The first is governance. In March 2020, Marion City Council passed Ordinance 2020-15, which stripped hard numeric pollutant limits out of the municipal code and moved them into an administrative document. That change removed codified local limits for a long list of toxic metals — arsenic, cadmium, zinc, antimony, chromium, selenium, copper, lead, molybdenum, silver, mercury, and nickel — and, critically, removed the requirement for a public reading, debate, and Council vote before those thresholds could be changed. Local limits that once required a public process could now be adjusted administratively.
The second is a specific limit change. On February 13, 2026, the city’s pretreatment program was modified to lower the copper limit from 1.8 mg/L to 1.0 mg/L and raise the molybdenum limit from 0.2 mg/L to 0.6 mg/L. Tightening copper while loosening molybdenum threefold is not a neutral trade. As a public summary of the change put it, by raising the molybdenum ceiling the city “significantly increased the toxic burden on its own sludge disposal processes.”
Why the Molybdenum Limit Matters
Molybdenum is a trace metal that is essential to the body in tiny amounts but a concern at elevated exposures, and it is one of the harder constituents for a wastewater plant to manage — not because it threatens the plant’s biology, but because of where it ends up. A conventional wastewater plant does not destroy metals. It moves them. Metals that enter in industrial discharge either pass through into the receiving stream or partition into the biosolids — the treated sludge that plants often land-apply as fertilizer on farm fields.
Molybdenum is the textbook case for why biosolids limits exist. It accumulates in soil and can be taken up by forage crops, and at elevated levels in cattle feed it induces a copper deficiency called molybdenosis. Federal biosolids rules under 40 CFR Part 503 single molybdenum out for exactly this reason. So a local pretreatment limit that lets three times as much molybdenum into the sewer is, functionally, a decision to concentrate more of it in the sludge — narrowing the plant’s options for legally and safely disposing of its biosolids, and pushing the constituent toward either land-application limits or costlier disposal. Lowering the copper limit at the same time does not offset that; copper and molybdenum are different metals with different downstream fates.
The Leachate Problem Underneath It
The pretreatment changes land on a plant that is already carrying an unusual load. On January 29, 2026, the Ohio EPA issued a Director’s Final Findings and Orders that halted the scheduled end of post-closure care at the closed Marion City Landfill and required the city to keep operating the landfill’s leachate management system — after finding ongoing groundwater contamination and explosive gas migration at the site. Landfill leachate is among the most difficult wastewater streams a municipal plant can accept: it is high in ammonia, dissolved metals, salts, and increasingly PFAS, and it can destabilize the biological treatment process if it arrives in slugs.

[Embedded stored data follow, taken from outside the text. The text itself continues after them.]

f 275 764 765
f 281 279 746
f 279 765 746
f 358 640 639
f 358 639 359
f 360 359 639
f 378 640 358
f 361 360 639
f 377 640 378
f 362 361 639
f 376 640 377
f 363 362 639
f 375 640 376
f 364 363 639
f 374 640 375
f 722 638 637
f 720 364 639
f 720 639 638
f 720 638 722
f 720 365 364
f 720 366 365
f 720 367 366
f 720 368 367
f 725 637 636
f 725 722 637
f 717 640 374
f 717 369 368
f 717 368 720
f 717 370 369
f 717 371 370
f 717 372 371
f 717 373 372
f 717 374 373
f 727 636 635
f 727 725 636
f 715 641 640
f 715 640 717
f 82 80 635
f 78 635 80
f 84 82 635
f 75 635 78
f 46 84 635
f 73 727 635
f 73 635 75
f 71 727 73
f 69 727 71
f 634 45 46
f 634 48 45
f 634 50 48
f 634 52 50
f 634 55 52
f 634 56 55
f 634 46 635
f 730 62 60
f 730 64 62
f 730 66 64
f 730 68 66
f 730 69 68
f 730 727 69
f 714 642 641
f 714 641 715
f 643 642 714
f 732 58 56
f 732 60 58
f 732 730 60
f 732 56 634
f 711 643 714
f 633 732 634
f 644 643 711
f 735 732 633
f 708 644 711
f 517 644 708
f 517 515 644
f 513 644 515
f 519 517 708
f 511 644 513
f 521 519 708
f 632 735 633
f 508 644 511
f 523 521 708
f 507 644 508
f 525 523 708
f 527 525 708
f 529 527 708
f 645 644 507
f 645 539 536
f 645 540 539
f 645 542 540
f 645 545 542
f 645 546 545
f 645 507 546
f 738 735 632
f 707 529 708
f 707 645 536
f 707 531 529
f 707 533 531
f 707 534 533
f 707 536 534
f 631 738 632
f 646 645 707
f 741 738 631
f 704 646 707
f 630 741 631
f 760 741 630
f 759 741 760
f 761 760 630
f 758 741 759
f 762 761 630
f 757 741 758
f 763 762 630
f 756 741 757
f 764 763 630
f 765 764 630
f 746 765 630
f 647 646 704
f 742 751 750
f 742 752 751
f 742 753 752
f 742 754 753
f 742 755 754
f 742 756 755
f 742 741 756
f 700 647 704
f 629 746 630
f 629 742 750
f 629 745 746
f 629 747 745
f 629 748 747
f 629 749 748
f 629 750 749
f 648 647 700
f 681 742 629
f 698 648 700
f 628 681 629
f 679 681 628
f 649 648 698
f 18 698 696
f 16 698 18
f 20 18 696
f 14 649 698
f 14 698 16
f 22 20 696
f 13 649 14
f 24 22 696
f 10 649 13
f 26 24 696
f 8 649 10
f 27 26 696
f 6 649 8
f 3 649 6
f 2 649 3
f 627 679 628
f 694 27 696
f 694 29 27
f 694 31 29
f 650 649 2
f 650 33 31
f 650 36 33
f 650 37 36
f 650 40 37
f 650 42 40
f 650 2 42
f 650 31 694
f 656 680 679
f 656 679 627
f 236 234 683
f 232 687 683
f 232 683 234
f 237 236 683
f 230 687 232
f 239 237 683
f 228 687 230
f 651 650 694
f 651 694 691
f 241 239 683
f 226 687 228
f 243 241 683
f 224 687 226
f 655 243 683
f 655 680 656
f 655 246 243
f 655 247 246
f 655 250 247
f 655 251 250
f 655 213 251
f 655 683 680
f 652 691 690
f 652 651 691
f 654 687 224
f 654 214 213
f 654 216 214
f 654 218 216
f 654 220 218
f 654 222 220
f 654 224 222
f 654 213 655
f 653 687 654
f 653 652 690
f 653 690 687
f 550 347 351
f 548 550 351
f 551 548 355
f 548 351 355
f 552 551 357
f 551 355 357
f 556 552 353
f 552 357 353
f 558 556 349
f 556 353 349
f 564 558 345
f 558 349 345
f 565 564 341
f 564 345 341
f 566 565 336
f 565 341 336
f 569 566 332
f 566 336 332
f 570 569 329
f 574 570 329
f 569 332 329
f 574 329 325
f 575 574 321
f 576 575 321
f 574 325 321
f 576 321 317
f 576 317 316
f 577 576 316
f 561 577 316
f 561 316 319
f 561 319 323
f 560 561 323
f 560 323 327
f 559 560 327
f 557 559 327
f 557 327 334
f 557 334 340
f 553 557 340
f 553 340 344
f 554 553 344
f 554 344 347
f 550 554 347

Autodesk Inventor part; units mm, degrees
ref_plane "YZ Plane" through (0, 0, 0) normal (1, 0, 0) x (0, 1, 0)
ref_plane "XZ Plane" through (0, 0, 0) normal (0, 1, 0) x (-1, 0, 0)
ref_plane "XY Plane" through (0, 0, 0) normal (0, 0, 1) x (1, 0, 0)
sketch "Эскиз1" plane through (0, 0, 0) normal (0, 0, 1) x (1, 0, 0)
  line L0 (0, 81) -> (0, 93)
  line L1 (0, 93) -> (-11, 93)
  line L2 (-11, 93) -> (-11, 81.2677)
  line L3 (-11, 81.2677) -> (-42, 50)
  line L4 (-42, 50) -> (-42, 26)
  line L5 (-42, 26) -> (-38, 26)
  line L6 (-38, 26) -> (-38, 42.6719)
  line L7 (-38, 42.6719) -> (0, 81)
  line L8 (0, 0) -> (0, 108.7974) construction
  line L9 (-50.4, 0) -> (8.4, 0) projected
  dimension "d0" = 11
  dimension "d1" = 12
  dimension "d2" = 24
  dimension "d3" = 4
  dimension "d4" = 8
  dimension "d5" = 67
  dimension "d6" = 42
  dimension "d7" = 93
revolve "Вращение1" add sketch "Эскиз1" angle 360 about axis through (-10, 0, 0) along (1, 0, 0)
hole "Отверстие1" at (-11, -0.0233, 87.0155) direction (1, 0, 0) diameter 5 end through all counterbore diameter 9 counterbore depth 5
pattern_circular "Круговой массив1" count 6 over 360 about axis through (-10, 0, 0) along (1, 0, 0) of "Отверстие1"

Processing that leachate is not just an operational burden; according to Marion Watch, it supplies roughly 15% of the wastewater plant’s annual revenue, which means the plant is financially tied to a waste stream it is under state order to keep treating. In July 2026, City Council unanimously approved legislation to pursue a 100% forgivable pass-through loan through the Ohio EPA’s Water Pollution Control Loan Fund to design a new, dedicated leachate treatment facility at the plant. That is the constructive response — a purpose-built leachate unit is the right long-term fix — but it also confirms the scale of the problem: the city is now building infrastructure specifically to handle a waste stream it cannot stop taking, on a plant whose margins the leachate revenue is propping up.

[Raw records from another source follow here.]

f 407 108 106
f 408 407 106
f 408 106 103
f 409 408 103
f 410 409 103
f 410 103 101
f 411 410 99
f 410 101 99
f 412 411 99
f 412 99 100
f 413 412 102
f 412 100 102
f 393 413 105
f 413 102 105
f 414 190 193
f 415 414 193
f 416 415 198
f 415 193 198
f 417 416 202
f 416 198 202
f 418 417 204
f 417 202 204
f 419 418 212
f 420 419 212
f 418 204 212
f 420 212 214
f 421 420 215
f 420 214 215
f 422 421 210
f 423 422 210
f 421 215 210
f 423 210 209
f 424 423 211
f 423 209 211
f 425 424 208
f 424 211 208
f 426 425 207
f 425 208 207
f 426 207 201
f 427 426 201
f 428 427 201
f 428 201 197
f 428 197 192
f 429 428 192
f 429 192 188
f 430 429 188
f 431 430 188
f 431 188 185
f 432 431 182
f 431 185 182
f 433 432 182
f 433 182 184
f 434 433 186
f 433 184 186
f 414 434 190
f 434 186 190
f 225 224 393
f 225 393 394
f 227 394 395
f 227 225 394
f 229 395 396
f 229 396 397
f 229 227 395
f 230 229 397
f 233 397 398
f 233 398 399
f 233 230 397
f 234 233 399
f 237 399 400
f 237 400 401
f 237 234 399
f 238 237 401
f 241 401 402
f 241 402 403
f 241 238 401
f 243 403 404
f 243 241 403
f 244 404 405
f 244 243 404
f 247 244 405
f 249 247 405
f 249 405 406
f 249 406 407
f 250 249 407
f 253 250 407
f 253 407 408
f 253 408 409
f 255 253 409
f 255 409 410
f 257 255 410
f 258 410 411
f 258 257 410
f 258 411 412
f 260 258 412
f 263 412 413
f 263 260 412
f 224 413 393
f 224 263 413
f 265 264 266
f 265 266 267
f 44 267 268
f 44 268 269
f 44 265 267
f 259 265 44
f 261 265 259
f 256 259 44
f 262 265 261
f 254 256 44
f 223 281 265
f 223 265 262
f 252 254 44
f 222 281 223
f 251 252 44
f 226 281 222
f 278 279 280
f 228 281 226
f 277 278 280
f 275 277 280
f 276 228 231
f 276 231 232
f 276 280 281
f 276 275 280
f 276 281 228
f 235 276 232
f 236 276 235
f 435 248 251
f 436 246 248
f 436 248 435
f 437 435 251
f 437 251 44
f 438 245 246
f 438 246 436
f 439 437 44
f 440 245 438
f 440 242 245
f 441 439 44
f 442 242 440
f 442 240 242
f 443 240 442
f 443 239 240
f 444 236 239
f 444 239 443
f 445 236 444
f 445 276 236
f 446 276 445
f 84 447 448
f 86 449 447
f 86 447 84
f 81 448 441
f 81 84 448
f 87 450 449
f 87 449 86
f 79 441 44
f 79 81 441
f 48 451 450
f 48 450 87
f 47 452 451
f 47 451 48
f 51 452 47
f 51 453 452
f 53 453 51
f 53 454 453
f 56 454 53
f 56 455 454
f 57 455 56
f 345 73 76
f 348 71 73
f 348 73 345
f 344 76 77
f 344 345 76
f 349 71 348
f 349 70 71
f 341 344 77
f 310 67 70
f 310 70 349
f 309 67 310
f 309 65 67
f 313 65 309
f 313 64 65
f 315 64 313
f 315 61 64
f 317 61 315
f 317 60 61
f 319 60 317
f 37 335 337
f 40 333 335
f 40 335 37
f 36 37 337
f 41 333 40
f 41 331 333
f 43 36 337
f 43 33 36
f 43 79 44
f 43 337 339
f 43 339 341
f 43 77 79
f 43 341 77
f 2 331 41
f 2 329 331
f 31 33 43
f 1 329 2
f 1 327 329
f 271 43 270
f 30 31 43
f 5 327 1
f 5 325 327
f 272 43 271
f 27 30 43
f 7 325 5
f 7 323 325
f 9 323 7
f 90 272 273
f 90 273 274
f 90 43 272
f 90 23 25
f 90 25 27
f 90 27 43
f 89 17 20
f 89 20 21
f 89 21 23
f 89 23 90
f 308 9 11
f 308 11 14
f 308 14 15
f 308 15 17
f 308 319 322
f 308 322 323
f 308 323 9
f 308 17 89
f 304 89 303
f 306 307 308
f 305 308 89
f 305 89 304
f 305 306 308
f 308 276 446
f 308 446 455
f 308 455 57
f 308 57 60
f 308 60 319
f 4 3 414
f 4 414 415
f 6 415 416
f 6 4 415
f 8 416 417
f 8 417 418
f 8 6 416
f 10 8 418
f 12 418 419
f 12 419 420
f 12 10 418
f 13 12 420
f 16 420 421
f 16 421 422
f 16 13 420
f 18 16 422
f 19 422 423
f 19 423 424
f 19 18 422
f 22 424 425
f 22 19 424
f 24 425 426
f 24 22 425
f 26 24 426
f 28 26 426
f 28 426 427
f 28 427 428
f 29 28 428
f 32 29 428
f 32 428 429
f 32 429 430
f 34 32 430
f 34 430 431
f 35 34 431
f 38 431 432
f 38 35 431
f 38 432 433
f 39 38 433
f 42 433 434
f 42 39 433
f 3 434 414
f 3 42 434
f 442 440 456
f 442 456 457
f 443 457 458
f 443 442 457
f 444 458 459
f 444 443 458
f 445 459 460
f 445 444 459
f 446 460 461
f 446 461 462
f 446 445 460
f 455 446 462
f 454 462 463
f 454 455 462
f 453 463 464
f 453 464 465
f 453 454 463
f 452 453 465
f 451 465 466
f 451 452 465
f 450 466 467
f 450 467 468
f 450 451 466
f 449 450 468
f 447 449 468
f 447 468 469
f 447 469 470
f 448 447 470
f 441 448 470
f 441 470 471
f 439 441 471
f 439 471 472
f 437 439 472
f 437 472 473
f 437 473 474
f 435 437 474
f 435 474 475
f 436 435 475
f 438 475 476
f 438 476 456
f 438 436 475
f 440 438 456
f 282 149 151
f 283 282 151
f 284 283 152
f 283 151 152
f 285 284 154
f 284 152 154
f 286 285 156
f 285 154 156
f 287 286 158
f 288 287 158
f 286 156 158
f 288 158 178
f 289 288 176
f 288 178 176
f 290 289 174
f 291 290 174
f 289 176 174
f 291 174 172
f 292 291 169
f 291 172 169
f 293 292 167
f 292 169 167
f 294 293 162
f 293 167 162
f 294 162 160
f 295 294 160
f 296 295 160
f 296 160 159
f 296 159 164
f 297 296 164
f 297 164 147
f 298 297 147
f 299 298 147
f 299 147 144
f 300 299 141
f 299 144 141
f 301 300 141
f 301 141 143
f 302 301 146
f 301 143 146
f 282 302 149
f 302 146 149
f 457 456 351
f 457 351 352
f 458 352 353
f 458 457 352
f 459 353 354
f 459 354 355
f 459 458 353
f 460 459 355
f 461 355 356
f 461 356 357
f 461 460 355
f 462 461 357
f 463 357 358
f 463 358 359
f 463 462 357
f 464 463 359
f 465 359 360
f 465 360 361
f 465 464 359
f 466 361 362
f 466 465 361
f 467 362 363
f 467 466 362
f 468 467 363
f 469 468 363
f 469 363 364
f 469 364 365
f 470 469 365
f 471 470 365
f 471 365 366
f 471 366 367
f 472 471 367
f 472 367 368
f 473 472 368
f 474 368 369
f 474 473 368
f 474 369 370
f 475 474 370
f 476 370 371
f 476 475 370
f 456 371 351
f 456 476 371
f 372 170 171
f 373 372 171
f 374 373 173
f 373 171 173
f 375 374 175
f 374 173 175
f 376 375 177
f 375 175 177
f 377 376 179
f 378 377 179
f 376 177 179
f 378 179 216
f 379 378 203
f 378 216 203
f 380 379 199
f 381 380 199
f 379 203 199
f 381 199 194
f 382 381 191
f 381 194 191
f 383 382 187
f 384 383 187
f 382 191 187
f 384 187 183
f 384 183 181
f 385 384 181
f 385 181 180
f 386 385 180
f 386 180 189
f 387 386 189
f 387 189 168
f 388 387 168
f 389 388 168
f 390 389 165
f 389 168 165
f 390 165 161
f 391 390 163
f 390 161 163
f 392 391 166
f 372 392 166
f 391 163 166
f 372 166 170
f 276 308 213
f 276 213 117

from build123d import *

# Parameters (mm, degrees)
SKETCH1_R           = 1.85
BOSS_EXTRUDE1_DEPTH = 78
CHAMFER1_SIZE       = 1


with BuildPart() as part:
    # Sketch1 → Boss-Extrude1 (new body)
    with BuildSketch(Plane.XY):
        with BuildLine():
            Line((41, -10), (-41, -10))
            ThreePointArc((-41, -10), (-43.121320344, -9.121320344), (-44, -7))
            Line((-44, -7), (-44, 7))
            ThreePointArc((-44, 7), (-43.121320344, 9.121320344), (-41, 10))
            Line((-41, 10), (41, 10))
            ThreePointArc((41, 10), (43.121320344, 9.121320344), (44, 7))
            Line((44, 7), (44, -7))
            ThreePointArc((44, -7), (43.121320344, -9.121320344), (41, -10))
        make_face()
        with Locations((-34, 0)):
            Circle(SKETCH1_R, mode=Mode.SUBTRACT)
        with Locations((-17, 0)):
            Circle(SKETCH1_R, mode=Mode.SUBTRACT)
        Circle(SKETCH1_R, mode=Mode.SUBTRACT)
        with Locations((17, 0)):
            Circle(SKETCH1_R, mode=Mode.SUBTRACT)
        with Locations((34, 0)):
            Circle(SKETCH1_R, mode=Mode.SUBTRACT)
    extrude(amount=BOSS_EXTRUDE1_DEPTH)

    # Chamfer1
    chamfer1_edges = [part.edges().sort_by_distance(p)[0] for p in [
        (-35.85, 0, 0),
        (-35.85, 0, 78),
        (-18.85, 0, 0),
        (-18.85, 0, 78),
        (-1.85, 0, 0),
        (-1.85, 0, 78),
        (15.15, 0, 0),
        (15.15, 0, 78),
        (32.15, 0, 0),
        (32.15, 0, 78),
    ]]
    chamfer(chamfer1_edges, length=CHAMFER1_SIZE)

Why This Belongs in a Water-Quality Story
Marion is not a drinking-water contamination event, and framing it as one would overstate it. What it is: a case study in how water risk accumulates on the wastewater side, out of view of the headlines that track boil notices and PFAS lawsuits. Three failure paths compound here — a state-ordered obligation to keep processing contaminated leachate, a revenue dependence on that same leachate, and a governance change that let a key toxic-metal limit triple without a public vote. Marion Watch’s reporting warns that together they raise the risk of plant failure, contaminated biosolids, and raw sewage backing up into homes. Each of those is a water-quality outcome; none of them would surface in a search for “water main break” or “contamination advisory.” That is precisely why the category is worth watching.
What Residents Should Watch
For Marion residents and anyone tracking a municipal wastewater plant under similar strain, a few concrete markers are worth following:
- The biosolids and land-application record. Where the plant’s sludge goes, and under what metal concentrations, is public information. A rising molybdenum limit should show up eventually in biosolids monitoring — ask the utility for its most recent 40 CFR Part 503 reports.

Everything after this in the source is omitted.